Stored data
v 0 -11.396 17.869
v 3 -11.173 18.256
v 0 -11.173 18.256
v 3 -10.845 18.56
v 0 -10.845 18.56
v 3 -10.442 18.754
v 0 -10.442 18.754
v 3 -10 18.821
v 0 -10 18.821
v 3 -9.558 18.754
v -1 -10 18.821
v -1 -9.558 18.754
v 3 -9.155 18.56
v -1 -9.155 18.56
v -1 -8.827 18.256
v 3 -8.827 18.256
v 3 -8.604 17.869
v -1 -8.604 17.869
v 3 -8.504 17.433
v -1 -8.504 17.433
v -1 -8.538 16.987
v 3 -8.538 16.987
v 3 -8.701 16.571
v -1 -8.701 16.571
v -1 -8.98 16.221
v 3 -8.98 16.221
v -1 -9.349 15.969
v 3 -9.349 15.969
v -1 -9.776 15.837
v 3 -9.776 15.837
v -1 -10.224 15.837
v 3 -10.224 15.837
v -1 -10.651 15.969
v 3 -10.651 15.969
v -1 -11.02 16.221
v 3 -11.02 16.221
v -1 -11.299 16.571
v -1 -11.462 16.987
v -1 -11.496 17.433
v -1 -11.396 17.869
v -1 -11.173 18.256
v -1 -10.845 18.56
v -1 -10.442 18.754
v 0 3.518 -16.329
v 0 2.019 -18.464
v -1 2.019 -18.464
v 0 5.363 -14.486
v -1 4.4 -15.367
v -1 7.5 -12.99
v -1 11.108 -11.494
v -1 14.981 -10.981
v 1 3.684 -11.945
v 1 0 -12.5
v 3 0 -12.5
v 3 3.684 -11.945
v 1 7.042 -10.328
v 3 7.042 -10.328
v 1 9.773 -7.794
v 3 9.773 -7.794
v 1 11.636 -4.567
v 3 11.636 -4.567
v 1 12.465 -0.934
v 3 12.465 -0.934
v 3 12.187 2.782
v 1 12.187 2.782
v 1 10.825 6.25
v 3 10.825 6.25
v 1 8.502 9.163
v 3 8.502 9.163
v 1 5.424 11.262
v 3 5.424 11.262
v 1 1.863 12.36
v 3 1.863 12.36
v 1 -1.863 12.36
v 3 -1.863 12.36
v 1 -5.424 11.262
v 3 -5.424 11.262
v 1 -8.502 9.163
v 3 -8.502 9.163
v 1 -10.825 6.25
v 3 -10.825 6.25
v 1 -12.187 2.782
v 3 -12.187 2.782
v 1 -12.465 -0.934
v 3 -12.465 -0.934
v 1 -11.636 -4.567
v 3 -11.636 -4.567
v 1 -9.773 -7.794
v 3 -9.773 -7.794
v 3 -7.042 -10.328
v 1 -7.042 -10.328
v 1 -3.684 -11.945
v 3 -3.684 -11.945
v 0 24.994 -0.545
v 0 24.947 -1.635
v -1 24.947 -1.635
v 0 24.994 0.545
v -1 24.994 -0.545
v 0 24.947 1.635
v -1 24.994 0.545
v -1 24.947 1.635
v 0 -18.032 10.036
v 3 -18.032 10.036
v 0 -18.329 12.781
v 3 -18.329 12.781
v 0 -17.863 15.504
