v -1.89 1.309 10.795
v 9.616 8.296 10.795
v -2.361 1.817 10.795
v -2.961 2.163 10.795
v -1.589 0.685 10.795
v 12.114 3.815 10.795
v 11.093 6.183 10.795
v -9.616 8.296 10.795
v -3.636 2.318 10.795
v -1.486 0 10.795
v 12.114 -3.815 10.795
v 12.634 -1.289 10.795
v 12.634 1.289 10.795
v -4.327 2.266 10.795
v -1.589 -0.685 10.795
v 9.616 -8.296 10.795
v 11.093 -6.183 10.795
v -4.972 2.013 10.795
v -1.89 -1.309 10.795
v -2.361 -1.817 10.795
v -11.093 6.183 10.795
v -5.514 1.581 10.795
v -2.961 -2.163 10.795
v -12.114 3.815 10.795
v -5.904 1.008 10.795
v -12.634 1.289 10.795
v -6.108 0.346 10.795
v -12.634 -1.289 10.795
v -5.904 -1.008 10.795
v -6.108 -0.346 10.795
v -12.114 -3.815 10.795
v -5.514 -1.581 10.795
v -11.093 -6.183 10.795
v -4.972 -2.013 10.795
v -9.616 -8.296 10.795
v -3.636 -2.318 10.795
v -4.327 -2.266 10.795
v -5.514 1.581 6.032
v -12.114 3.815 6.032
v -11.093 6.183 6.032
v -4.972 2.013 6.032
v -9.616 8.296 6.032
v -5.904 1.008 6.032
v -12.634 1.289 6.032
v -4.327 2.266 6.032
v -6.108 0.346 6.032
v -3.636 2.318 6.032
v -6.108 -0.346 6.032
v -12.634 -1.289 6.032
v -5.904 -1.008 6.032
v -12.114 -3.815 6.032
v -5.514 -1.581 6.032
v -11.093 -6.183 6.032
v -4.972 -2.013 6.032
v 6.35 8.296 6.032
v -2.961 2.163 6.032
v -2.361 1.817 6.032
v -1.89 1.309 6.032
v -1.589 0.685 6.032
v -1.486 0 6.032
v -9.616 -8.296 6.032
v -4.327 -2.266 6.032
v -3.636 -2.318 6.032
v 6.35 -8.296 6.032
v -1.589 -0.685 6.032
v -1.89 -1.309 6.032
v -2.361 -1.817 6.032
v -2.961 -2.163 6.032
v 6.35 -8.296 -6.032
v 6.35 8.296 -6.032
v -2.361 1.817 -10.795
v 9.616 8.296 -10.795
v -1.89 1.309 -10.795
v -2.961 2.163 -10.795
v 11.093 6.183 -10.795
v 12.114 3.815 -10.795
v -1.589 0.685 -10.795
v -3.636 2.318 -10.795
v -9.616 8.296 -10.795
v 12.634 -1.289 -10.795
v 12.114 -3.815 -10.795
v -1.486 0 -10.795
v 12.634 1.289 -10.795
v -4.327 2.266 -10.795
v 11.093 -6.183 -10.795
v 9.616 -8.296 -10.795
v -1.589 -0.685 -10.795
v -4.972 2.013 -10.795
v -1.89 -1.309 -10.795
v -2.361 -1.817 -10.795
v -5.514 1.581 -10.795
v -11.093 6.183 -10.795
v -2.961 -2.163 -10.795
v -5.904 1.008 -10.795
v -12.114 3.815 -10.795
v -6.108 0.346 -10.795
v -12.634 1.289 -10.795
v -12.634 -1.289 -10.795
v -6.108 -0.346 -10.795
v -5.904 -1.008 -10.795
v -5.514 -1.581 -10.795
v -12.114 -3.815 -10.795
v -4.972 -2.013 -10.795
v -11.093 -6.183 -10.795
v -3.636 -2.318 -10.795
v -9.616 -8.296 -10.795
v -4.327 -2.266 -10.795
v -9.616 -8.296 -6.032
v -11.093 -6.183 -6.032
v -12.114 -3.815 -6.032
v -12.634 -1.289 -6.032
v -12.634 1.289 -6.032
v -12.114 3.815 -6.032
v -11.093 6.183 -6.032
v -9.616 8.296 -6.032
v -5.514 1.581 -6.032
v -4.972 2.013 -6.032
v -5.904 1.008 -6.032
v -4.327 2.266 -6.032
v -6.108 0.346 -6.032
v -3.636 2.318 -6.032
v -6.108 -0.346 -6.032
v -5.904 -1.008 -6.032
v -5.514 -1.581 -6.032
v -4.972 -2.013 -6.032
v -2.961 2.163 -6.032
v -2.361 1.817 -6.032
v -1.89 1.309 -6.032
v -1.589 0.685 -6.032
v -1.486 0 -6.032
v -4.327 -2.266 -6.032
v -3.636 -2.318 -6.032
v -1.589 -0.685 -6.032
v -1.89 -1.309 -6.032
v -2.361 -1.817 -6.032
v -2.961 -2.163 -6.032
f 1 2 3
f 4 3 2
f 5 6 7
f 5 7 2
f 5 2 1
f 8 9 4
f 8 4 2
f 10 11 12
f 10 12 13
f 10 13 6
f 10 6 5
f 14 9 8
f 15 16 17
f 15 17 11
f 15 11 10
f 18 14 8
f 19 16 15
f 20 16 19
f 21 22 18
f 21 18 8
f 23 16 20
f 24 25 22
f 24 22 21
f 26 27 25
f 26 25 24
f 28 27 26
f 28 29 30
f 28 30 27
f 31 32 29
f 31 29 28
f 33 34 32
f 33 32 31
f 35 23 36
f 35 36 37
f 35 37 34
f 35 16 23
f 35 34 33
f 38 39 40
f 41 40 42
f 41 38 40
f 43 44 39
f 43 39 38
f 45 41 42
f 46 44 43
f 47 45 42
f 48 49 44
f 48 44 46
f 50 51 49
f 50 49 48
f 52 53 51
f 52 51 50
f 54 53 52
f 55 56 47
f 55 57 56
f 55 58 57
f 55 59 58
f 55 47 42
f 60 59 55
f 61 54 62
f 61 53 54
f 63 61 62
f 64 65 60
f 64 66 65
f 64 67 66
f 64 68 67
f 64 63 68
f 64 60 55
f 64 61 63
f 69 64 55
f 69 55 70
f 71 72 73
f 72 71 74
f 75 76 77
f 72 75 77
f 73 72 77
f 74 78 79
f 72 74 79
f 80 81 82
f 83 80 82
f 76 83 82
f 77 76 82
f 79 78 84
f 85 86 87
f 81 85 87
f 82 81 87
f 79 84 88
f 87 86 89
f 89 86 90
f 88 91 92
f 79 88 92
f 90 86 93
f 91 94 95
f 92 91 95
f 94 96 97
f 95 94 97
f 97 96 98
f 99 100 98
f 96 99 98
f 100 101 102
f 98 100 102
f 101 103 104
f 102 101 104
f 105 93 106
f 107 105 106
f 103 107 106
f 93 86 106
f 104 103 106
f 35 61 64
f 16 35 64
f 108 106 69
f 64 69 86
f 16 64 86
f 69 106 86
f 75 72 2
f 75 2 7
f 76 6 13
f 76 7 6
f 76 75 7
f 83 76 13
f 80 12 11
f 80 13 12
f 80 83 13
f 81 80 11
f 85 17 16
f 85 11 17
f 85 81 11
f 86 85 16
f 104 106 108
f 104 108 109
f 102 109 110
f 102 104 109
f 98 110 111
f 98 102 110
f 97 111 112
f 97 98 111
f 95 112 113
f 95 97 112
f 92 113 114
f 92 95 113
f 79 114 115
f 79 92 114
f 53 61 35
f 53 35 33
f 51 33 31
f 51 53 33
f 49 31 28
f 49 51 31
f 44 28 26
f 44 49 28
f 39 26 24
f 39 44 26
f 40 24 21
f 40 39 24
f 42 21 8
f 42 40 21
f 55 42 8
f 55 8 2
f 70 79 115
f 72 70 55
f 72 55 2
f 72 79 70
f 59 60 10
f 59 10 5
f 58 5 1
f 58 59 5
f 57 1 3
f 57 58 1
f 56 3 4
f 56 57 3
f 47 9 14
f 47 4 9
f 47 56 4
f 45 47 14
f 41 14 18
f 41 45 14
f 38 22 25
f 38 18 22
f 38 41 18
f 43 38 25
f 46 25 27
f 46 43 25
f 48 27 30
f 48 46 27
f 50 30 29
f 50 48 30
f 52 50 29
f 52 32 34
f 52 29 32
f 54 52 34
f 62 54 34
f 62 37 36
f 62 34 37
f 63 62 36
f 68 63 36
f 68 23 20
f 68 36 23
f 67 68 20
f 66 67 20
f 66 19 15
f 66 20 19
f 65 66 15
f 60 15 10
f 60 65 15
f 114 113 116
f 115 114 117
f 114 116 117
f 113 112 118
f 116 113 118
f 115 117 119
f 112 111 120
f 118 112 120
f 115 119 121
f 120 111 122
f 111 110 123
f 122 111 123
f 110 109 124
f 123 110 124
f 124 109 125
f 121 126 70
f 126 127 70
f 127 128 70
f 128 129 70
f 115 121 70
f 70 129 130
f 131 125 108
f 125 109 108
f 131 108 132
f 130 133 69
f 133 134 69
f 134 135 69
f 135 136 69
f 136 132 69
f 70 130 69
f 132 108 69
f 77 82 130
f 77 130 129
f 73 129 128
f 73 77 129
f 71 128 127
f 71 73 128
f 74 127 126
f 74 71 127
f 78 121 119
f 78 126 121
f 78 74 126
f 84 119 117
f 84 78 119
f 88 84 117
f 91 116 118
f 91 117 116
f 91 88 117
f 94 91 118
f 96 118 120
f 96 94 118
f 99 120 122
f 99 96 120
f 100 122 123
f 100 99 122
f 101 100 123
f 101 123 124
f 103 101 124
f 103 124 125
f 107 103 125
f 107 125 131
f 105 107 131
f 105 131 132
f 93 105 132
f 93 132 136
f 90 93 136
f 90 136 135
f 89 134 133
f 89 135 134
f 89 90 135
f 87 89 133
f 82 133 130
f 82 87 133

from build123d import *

# Parameters (mm, degrees)
SKETCH1_W               = 12.7
SKETCH1_H               = 21.59
CUT_EXTRUDE1_DEPTH      = 21.955
CUT_EXTRUDE1_DEPTH_BACK = 21.955
SKETCH3_W               = 19.05
SKETCH3_H               = 12.065
CUT_EXTRUDE2_DEPTH      = 21.955
CUT_EXTRUDE2_DEPTH_BACK = 21.955
SKETCH4_W               = 19.231618108
SKETCH4_H               = 5.318049176
CUT_EXTRUDE3_DEPTH      = 27.386441902
CUT_EXTRUDE3_DEPTH_BACK = 27.386441902
SKETCH5_R               = 2.3241


with BuildPart() as part:
    # Sketch1 → Revolve1 (revolve)
    with BuildSketch(Plane(origin=(0, 0, 0), x_dir=(1, 0, 0), z_dir=(0, 1, 0))):
        with Locations((6.35, 0)):
            Rectangle(SKETCH1_W, SKETCH1_H)
    revolve(axis=Axis((0, 0, 10.795), (0, 0, -1)))

    # Sketch3 → Cut-Extrude1 (cut, two sides: drawn at the far end of the back side and taken through both)
    with BuildSketch(Plane(origin=(0, 0, 0), x_dir=(1, 0, 0), z_dir=(0, 1, 0)).offset(-CUT_EXTRUDE1_DEPTH_BACK)):
        with Locations((-3.175, 0)):
            Rectangle(SKETCH3_W, SKETCH3_H)
    extrude(amount=CUT_EXTRUDE1_DEPTH + CUT_EXTRUDE1_DEPTH_BACK, mode=Mode.SUBTRACT)

    # Sketch4 → Cut-Extrude2 (cut, two sides: drawn at the far end of the back side and taken through both)
    with BuildSketch(Plane.XY.offset(-CUT_EXTRUDE2_DEPTH_BACK)):
        Polygon((-9.615809054, 8.296156715), (9.615809054, 8.296156715), (9.615809054, 14.116385036), (-9.615809054, 13.939663028), align=None)
        with Locations((0, -10.955181303)):
            Rectangle(SKETCH4_W, SKETCH4_H)
    extrude(amount=CUT_EXTRUDE2_DEPTH + CUT_EXTRUDE2_DEPTH_BACK, mode=Mode.SUBTRACT)

    # Sketch5 → Cut-Extrude3 (cut, two sides: drawn at the far end of the back side and taken through both)
    with BuildSketch(Plane.XY.offset(10.795).offset(-CUT_EXTRUDE3_DEPTH_BACK)):
        with Locations((-3.81, 0)):
            Circle(SKETCH5_R)
    extrude(amount=CUT_EXTRUDE3_DEPTH + CUT_EXTRUDE3_DEPTH_BACK, mode=Mode.SUBTRACT)


solid = part.part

- _TASK OBJECTIVE_
Could you reproduce exactly the lines of the entries above, from the one with "f 70 129 130" through the one with "f 82 87 133", and nothing else?

- _THE ANSWER_
f 70 129 130
f 131 125 108
f 125 109 108
f 131 108 132
f 130 133 69
f 133 134 69
f 134 135 69
f 135 136 69
f 136 132 69
f 70 130 69
f 132 108 69
f 77 82 130
f 77 130 129
f 73 129 128
f 73 77 129
f 71 128 127
f 71 73 128
f 74 127 126
f 74 71 127
f 78 121 119
f 78 126 121
f 78 74 126
f 84 119 117
f 84 78 119
f 88 84 117
f 91 116 118
f 91 117 116
f 91 88 117
f 94 91 118
f 96 118 120
f 96 94 118
f 99 120 122
f 99 96 120
f 100 122 123
f 100 99 122
f 101 100 123
f 101 123 124
f 103 101 124
f 103 124 125
f 107 103 125
f 107 125 131
f 105 107 131
f 105 131 132
f 93 105 132
f 93 132 136
f 90 93 136
f 90 136 135
f 89 134 133
f 89 135 134
f 89 90 135
f 87 89 133
f 82 133 130
f 82 87 133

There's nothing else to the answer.